*** Begin section ***
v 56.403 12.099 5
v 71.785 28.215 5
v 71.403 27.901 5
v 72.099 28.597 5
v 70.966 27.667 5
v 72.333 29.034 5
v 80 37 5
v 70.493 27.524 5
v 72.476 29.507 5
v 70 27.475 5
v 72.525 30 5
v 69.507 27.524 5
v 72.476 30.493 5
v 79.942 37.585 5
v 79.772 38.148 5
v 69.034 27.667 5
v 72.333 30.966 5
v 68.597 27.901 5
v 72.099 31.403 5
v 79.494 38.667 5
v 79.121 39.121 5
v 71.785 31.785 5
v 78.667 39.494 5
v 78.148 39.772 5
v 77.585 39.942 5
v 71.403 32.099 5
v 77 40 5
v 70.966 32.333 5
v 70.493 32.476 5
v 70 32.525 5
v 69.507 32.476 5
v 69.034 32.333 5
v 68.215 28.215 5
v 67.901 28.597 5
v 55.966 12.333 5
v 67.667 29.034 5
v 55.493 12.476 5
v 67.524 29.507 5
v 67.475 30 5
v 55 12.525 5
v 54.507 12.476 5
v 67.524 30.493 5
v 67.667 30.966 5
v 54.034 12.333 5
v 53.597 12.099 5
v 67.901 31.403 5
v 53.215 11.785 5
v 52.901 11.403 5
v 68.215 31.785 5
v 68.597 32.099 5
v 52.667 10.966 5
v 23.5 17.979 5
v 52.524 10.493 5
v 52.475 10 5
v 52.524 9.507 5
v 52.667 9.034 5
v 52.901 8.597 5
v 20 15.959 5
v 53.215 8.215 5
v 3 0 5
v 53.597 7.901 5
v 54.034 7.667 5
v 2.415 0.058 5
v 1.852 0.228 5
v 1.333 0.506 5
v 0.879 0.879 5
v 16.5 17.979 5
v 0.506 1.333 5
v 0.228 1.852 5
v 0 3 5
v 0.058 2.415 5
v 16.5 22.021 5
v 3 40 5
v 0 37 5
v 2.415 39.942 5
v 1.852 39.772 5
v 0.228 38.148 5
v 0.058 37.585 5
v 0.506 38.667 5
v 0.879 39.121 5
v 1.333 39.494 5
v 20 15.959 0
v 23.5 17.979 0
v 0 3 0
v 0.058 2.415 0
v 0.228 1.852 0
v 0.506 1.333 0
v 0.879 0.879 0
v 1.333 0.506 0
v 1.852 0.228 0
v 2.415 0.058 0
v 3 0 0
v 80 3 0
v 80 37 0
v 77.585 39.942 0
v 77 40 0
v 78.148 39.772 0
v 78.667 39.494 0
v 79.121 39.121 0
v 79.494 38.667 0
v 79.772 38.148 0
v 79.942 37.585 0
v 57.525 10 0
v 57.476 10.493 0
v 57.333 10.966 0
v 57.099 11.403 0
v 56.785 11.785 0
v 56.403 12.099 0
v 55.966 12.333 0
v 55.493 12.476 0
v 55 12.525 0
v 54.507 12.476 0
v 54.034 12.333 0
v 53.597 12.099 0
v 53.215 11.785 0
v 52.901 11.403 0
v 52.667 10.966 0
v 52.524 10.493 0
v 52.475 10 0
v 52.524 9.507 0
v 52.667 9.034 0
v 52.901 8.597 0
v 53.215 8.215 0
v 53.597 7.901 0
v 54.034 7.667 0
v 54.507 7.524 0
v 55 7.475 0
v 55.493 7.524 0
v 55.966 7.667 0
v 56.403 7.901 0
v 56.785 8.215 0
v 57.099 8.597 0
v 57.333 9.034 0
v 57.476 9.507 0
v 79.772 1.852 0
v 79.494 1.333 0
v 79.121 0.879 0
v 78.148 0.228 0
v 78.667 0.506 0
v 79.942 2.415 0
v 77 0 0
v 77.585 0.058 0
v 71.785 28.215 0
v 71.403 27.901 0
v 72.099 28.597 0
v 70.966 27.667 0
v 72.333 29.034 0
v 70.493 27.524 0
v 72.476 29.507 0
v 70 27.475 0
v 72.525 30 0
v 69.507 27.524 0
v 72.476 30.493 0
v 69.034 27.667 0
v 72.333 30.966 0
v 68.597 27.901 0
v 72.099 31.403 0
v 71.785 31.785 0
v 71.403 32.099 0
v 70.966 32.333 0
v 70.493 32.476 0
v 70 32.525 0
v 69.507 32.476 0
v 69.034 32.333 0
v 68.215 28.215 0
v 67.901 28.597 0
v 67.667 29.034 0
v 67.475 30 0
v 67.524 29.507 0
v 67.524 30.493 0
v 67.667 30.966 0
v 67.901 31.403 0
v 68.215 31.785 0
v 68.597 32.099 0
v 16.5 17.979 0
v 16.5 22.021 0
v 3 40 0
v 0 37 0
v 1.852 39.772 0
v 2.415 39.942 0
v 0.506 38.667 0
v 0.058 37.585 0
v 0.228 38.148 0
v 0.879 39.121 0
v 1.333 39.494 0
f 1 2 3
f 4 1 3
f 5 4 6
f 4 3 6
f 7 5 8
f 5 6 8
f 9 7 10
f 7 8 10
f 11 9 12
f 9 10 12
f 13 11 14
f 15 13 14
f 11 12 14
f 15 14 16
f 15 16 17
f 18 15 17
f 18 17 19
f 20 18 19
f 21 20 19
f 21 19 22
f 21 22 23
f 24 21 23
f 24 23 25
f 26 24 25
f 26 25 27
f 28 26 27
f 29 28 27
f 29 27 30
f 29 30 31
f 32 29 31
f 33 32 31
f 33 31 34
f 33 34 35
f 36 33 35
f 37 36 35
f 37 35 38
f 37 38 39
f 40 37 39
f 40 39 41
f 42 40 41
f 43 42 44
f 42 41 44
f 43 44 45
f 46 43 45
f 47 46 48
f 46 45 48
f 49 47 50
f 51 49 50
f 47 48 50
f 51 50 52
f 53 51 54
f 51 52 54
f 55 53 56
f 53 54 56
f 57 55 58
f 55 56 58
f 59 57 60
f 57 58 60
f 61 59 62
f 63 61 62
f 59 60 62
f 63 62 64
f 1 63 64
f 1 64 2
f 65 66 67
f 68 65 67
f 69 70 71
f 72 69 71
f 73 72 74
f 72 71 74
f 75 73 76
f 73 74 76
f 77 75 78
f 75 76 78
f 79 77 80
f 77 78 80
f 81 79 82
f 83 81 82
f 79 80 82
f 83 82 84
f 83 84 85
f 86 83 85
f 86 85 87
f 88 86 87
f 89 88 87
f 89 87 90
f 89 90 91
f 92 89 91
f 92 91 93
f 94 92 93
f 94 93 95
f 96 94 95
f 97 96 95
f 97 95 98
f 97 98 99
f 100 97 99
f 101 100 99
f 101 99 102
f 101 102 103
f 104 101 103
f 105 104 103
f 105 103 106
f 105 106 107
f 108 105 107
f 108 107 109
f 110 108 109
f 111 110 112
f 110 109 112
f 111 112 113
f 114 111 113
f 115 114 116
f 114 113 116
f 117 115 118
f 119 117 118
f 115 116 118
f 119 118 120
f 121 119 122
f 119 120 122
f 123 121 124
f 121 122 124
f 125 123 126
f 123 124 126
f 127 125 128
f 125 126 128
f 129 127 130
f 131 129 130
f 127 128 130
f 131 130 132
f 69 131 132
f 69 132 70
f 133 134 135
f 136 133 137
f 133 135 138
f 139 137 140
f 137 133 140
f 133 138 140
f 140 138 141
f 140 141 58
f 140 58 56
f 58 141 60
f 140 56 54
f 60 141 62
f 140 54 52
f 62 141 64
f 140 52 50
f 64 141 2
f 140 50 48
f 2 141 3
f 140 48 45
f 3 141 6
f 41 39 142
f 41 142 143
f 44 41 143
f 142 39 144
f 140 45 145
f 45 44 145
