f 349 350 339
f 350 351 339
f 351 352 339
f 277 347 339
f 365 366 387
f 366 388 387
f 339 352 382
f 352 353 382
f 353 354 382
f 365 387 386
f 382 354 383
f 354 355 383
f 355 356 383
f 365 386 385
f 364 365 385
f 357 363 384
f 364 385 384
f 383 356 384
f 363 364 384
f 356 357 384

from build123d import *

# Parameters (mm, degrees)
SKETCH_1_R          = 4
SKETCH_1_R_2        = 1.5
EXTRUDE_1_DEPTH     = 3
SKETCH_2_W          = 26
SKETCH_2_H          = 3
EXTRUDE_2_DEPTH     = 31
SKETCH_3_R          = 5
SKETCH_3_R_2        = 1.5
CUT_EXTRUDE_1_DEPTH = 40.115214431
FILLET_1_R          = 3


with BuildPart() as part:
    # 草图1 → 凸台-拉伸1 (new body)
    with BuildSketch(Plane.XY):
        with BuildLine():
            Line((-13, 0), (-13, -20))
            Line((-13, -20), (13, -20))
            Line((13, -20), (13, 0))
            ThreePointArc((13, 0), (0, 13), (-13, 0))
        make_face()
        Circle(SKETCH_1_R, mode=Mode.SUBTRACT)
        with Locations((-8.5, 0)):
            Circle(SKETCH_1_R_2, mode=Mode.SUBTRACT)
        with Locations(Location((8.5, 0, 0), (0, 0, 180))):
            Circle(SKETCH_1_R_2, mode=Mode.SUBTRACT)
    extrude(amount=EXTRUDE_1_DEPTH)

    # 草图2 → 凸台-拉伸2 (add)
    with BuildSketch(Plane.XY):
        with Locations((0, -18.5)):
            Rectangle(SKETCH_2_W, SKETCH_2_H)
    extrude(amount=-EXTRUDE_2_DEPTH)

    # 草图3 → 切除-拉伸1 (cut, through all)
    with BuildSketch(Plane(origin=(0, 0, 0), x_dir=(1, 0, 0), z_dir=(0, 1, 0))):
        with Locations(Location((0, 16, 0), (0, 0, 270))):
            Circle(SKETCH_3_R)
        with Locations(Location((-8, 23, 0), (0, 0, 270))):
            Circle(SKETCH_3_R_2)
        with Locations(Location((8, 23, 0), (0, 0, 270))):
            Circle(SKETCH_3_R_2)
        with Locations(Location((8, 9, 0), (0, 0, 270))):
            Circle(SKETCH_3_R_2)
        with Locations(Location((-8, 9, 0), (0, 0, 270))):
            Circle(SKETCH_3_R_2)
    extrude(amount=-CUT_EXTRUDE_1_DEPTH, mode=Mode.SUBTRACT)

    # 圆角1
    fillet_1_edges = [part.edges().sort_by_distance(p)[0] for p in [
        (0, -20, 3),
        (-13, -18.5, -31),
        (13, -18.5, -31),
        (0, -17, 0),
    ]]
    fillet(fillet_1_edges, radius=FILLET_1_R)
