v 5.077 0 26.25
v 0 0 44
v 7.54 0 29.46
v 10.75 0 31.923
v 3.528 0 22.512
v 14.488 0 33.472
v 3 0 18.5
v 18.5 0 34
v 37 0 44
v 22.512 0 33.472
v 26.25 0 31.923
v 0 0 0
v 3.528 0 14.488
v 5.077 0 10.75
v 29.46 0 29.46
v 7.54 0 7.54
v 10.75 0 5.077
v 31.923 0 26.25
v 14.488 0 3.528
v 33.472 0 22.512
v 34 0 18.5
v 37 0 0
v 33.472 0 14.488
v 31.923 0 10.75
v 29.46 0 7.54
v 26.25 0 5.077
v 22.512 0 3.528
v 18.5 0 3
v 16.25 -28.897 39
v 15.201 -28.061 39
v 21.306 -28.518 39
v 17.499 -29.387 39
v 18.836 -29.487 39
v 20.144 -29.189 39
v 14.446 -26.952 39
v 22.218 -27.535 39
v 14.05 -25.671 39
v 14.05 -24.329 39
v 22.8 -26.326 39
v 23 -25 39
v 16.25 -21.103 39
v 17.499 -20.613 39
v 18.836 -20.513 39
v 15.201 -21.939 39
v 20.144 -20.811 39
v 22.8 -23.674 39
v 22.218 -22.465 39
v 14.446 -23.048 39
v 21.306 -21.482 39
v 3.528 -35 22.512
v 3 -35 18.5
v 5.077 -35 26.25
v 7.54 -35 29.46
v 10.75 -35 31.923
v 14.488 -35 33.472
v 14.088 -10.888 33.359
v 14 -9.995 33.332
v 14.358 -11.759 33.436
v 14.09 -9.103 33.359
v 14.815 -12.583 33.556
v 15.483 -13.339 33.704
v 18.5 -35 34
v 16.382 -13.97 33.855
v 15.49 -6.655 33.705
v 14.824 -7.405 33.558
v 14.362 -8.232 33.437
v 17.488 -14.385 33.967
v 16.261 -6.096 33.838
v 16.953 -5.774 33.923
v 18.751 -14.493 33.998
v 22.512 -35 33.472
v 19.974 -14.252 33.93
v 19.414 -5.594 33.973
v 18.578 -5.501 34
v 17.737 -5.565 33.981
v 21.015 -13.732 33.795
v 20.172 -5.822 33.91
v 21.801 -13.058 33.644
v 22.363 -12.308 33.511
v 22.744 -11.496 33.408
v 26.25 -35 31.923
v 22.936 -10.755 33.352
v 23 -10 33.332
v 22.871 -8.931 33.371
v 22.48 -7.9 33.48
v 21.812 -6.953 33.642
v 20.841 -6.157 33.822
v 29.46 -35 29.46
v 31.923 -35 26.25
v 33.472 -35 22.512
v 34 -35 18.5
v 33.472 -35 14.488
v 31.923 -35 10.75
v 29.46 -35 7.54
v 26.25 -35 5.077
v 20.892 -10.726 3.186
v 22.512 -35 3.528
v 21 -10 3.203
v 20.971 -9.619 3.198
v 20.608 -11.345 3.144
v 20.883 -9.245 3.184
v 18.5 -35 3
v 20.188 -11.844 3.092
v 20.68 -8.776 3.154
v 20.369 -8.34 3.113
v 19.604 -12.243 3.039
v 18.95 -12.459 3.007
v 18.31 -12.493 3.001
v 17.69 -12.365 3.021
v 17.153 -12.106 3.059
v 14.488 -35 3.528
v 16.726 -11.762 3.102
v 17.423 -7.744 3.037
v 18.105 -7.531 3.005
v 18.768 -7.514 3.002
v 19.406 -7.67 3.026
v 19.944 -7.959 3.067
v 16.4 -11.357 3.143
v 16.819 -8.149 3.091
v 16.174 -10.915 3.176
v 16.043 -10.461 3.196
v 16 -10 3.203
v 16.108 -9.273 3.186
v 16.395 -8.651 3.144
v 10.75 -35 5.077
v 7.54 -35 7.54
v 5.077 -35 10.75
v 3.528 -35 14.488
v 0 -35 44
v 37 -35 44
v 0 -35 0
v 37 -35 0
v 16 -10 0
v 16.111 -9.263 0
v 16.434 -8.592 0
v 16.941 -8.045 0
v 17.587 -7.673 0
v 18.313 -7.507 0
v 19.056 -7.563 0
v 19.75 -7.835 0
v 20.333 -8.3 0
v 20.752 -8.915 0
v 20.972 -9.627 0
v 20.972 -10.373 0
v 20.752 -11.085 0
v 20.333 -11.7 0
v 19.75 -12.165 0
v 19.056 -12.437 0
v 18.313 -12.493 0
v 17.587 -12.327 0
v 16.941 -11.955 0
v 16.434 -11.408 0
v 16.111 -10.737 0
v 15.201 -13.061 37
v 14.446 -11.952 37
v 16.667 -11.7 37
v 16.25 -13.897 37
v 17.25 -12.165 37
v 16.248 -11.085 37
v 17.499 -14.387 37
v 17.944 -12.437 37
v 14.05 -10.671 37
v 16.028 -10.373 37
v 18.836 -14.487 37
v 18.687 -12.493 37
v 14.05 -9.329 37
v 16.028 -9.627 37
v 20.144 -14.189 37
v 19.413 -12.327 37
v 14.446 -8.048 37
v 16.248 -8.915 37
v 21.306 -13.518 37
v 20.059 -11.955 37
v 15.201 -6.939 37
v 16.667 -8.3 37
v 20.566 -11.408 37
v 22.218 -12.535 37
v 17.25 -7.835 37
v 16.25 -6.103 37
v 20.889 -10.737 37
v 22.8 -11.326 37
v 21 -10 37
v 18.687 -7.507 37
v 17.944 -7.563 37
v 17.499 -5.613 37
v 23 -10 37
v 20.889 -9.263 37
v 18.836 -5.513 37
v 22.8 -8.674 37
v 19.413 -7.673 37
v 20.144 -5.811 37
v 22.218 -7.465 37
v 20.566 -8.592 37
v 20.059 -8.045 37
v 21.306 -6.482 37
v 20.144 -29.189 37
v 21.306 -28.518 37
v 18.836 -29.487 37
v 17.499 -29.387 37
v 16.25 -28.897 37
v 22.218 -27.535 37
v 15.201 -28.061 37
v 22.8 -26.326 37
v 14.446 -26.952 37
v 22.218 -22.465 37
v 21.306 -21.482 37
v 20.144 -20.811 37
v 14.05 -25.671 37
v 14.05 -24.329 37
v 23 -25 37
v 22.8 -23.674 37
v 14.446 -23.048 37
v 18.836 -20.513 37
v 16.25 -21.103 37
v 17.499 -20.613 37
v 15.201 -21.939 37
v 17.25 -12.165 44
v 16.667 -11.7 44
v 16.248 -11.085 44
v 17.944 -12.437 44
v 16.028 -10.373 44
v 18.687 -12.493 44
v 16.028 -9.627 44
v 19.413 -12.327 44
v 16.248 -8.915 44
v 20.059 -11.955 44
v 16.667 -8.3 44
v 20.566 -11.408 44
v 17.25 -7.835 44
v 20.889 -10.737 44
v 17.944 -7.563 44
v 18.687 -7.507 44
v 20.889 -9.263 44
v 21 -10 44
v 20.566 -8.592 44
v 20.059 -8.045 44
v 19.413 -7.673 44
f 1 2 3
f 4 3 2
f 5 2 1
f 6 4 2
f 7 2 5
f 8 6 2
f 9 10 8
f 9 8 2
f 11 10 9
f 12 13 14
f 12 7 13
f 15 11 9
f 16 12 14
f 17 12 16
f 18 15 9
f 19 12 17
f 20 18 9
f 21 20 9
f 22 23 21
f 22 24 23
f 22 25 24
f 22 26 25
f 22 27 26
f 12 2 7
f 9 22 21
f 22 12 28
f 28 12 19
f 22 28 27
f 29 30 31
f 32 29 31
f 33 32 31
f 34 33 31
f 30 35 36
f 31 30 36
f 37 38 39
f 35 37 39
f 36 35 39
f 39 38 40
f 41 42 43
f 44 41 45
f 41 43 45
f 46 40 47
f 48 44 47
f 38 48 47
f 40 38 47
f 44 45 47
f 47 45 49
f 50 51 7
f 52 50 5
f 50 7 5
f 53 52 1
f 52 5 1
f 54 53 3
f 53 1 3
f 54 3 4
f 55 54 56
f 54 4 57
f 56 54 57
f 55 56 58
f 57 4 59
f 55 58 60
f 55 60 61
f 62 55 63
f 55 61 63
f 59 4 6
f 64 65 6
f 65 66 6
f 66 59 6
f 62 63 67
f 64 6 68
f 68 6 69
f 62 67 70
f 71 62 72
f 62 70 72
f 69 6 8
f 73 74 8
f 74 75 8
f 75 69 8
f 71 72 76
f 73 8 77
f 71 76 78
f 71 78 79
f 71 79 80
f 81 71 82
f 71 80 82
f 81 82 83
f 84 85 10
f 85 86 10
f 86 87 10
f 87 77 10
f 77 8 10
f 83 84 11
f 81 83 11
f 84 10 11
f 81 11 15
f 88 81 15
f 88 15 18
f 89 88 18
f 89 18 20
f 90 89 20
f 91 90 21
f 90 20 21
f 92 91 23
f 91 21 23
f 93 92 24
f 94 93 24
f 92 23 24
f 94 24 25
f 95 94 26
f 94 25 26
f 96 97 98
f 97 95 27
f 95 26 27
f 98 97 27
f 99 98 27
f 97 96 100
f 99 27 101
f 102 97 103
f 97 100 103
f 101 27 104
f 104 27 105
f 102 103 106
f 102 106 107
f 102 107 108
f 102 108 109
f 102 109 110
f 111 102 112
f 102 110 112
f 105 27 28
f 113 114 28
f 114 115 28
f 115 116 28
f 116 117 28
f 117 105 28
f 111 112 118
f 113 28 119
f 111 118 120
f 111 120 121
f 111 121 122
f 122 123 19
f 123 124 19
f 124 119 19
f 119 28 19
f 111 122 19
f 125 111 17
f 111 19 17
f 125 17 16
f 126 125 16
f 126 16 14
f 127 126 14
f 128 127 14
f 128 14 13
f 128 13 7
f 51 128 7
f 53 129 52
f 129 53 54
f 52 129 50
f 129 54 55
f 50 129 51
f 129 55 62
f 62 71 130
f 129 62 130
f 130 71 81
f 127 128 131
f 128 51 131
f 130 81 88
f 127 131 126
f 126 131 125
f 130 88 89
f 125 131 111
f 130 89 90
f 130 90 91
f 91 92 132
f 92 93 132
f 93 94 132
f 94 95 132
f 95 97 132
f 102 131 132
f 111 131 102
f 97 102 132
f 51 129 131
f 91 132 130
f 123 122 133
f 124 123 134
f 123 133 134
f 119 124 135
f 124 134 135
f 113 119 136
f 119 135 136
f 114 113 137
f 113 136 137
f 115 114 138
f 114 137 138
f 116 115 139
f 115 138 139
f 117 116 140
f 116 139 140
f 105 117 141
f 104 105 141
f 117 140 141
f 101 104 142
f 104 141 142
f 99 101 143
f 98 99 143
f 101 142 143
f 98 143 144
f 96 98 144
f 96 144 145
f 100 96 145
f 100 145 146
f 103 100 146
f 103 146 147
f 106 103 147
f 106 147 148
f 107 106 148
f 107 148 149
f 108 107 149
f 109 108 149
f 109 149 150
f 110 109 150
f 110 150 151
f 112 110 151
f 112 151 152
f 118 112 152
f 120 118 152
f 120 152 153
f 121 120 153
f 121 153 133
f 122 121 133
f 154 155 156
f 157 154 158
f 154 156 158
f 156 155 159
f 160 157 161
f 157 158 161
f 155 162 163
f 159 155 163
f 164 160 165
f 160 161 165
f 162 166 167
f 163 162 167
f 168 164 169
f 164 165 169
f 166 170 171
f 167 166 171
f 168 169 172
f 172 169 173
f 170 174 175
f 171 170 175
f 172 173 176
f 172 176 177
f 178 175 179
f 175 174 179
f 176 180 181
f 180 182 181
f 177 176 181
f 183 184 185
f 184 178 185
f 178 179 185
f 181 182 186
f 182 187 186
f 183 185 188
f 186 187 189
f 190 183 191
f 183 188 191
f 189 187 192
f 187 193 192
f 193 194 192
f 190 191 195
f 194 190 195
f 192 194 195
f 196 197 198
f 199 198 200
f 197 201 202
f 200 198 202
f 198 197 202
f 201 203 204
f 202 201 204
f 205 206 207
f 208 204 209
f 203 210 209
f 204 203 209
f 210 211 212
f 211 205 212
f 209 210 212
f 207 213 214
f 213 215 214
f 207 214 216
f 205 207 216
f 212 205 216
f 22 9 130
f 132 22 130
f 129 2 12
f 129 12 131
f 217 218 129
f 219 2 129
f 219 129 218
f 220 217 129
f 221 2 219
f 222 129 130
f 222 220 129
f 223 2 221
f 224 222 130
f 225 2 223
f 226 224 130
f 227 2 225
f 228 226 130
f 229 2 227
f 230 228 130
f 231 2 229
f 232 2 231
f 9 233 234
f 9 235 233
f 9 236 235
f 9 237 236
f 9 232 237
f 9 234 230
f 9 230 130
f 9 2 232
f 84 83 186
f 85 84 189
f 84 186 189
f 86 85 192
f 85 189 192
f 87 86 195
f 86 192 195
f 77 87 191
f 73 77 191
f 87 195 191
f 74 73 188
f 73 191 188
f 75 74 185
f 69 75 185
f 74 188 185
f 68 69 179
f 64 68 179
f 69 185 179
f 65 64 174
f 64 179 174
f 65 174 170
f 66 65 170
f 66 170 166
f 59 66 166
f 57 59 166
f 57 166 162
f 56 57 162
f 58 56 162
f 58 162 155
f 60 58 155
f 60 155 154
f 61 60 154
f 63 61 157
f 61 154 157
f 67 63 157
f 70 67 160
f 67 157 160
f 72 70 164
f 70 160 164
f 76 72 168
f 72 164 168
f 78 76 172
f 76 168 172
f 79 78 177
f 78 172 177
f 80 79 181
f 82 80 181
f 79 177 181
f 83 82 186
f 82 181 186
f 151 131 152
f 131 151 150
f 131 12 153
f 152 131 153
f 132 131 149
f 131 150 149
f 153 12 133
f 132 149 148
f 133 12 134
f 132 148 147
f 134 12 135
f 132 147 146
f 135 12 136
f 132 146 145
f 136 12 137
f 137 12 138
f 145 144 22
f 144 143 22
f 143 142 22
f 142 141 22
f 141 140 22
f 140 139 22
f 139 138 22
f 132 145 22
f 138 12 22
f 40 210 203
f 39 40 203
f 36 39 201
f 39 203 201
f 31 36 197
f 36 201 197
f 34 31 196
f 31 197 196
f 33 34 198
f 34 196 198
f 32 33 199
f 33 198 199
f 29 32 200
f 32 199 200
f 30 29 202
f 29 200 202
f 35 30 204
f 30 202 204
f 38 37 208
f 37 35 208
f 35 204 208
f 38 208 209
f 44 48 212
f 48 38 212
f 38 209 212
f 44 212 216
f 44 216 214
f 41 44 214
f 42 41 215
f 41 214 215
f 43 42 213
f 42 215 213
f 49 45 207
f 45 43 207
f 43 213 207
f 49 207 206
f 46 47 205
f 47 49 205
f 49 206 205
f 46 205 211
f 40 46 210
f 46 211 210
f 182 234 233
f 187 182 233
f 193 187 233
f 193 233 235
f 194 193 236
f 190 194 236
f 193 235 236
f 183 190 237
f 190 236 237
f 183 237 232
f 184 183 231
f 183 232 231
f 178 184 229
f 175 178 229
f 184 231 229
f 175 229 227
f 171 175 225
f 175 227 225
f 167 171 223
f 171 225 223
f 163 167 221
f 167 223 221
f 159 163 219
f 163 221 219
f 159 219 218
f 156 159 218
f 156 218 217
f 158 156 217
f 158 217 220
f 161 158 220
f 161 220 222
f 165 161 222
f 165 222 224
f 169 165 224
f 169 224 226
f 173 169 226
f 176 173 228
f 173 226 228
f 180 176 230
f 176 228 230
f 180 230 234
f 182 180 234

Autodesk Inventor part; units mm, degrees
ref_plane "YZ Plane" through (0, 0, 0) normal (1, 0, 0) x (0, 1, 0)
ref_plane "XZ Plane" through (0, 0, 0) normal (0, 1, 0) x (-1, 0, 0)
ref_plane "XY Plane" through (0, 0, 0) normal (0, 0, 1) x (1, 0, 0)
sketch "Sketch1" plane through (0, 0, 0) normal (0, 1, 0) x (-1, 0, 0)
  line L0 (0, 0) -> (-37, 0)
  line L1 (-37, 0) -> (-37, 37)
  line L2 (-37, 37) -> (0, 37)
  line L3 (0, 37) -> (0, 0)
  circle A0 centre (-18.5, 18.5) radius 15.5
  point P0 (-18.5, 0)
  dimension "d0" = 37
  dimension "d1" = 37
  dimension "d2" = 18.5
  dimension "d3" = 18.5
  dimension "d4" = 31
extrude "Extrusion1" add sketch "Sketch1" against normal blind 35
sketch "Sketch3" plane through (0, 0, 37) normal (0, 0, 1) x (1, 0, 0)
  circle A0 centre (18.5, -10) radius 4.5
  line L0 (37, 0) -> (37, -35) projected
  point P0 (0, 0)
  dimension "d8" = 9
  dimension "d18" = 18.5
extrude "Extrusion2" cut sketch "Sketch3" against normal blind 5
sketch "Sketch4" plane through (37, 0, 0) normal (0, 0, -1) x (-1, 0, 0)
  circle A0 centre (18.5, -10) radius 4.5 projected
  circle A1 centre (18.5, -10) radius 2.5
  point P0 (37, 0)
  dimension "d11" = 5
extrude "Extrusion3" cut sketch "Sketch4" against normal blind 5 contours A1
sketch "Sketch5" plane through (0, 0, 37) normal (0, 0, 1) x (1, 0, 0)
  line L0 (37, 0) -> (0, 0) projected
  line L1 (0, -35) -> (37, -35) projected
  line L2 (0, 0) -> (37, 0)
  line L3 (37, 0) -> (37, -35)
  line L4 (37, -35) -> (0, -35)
*** End section ***
#### Try it:
Look above and return each line of the records exactly, from the very first through the line with "v 79.494 38.667 5", both included.

#### Reply to the task:
v 56.403 12.099 5
v 71.785 28.215 5
v 71.403 27.901 5
v 72.099 28.597 5
v 70.966 27.667 5
v 72.333 29.034 5
v 80 37 5
v 70.493 27.524 5
v 72.476 29.507 5
v 70 27.475 5
v 72.525 30 5
v 69.507 27.524 5
v 72.476 30.493 5
v 79.942 37.585 5
v 79.772 38.148 5
v 69.034 27.667 5
v 72.333 30.966 5
v 68.597 27.901 5
v 72.099 31.403 5
v 79.494 38.667 5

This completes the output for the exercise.